Literature DB >> 21707142

But what about the Empress of Racnoss? The allocation of attention to spiders and Doctor Who in a visual search task is predicted by fear and expertise.

Helena M Purkis1, Kathryn J Lester, Andy P Field.   

Abstract

If there is a spider in the room, then the spider phobic in your group is most likely to point it out to you. This phenomenon is believed to arise because our attentional systems are hardwired to attend to threat in our environment, and, to a spider phobic, spiders are threatening. However, an alternative explanation is simply that attention is quickly drawn to the stimulus of most personal relevance in the environment. Our research examined whether positive stimuli with no biological or evolutionary relevance could be allocated preferential attention.
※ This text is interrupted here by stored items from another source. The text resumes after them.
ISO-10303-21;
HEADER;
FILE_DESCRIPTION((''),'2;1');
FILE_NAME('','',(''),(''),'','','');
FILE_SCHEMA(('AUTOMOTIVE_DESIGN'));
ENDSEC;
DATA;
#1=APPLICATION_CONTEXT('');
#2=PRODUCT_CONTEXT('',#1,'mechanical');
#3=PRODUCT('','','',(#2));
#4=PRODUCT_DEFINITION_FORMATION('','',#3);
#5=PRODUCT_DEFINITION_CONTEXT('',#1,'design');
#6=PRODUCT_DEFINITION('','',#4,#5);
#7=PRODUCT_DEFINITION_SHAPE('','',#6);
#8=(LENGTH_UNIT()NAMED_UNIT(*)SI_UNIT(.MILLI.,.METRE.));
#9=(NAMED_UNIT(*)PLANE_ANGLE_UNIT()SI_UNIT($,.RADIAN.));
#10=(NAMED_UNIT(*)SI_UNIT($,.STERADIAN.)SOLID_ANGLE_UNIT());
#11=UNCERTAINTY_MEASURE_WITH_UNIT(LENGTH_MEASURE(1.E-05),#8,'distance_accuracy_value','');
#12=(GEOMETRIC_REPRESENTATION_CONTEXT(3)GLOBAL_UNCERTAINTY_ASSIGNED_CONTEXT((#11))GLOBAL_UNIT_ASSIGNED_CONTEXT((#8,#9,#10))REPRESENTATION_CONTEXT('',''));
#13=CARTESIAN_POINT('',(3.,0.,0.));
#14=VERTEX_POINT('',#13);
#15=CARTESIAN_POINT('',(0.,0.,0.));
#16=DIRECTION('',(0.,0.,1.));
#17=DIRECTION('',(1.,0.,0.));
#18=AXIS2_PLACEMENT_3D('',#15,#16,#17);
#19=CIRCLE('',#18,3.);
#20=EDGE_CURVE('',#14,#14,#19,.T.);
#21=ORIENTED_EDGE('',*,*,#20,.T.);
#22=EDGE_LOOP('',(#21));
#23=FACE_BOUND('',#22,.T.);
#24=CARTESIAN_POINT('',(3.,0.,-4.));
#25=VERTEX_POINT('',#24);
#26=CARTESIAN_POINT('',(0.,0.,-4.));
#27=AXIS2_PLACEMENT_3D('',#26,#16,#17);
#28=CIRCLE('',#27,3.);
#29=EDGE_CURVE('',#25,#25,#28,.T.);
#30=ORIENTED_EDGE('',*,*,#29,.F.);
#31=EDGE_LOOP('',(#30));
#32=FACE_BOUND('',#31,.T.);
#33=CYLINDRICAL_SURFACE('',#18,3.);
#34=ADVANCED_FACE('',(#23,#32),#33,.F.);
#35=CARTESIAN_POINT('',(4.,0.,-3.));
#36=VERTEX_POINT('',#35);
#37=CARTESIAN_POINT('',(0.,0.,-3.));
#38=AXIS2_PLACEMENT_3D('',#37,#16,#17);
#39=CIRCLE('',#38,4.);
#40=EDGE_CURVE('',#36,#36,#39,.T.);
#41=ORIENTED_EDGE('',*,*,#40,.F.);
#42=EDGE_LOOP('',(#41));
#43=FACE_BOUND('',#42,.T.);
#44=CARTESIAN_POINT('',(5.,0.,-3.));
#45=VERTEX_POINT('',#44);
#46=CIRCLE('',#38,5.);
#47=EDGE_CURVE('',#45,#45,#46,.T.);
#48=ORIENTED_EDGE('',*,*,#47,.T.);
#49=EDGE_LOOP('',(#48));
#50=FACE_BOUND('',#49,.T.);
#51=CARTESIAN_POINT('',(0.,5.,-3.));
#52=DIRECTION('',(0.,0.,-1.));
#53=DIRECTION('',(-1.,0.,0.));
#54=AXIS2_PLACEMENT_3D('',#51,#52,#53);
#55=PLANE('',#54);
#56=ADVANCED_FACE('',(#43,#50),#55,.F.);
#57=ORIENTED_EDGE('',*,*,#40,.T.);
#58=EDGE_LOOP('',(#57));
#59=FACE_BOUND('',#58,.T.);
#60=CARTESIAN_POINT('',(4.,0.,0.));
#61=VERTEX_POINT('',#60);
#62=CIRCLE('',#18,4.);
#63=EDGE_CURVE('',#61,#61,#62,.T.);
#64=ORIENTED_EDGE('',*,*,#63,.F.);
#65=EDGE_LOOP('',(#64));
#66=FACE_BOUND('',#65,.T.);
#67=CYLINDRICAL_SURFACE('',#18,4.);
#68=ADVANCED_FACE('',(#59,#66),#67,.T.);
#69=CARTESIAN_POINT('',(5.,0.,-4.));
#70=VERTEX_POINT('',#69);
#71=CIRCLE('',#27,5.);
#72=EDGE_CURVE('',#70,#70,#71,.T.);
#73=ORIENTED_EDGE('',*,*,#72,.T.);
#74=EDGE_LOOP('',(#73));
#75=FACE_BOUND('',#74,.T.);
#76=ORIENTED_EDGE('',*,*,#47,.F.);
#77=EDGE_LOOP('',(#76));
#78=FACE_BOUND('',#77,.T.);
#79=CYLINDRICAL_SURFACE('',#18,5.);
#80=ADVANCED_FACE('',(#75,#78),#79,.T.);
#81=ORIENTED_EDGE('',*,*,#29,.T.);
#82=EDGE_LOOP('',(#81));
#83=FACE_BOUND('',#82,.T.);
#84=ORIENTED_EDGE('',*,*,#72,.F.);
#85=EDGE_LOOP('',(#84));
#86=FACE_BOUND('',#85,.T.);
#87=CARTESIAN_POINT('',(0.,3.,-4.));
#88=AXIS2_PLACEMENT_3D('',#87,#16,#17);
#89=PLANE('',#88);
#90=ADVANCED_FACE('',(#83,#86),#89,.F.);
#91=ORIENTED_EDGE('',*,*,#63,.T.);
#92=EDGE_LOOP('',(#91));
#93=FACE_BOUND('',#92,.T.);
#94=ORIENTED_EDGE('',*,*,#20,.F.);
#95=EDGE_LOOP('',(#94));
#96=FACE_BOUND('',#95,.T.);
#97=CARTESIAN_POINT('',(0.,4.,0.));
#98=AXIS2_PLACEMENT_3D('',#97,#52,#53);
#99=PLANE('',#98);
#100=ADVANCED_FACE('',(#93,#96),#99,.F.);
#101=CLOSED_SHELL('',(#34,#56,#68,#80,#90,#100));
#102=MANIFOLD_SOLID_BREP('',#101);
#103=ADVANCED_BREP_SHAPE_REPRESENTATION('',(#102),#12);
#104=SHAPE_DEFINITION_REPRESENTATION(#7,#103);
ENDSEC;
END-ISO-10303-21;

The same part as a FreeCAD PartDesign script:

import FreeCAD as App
import Part
import Sketcher

V = App.Vector
Q = App.Units.Quantity


def add_polygon(sketch, points):
    """Adds a closed chain of lines whose ends are joined by coincident constraints."""
    first, n = sketch.GeometryCount, len(points)
    for a, b in zip(points, points[1:] + points[:1]):
        sketch.addGeometry(Part.LineSegment(App.Vector(*a, 0), App.Vector(*b, 0)), False)
    for i in range(n):
        sketch.addConstraint(Sketcher.Constraint("Coincident", first + i, 2, first + (i + 1) % n, 1))

doc = App.newDocument("Part")
body = doc.addObject("PartDesign::Body", "Body")

sketch1 = body.newObject("Sketcher::SketchObject", "Sketch")
sketch1.AttachmentSupport = (doc.getObject("YZ_Plane"), [""])
sketch1.MapMode = "FlatFace"
add_polygon(sketch1, [(3, 0), (3, -4), (5, -4), (5, -3), (4, -3), (4, 0)])
sketch1.addConstraint([
    Sketcher.Constraint("Vertical", 0),
    Sketcher.Constraint("Horizontal", 1),
    Sketcher.Constraint("Vertical", 2),
    Sketcher.Constraint("Horizontal", 3),
    Sketcher.Constraint("Vertical", 4),
    Sketcher.Constraint("Horizontal", 5),
    Sketcher.Constraint("PointOnObject", 4, 2, -1),
    Sketcher.Constraint("Equal", 3, 5),
    Sketcher.Constraint("Equal", 5, 2),
    Sketcher.Constraint("DistanceX", 1, 1, 1, 2, Q("2 mm")),
    Sketcher.Constraint("DistanceY", 0, 2, 0, 1, Q("4 mm")),
    Sketcher.Constraint("DistanceX", -1, 1, 0, 2, Q("3 mm")),
])
revolution = body.newObject("PartDesign::Revolution", "Revolution")
revolution.Profile = sketch1
revolution.ReferenceAxis = (sketch1, ["V_Axis"])
revolution.Angle = 360

doc.recompute()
We compared attention to pictures of spiders with pictures from the TV program Doctor Who, for people who varied in both their love of Doctor Who and their fear of spiders. We found a double dissociation: interference from spider and Doctor-Who-related images in a visual search task was predicted by spider fear and Doctor Who expertise, respectively. As such, allocation of attention reflected the personal relevance of the images rather than their threat content. The attentional system believed to have a causal role in anxiety disorders is therefore likely to be a general system that responds not to threat but to stimulus relevance; hence, nonevolutionary images, such as those from Doctor Who, captured attention as quickly as fear-relevant spider images. Where this leaves the Empress of Racnoss, we are unsure. (c) 2011 APA, all rights reserved.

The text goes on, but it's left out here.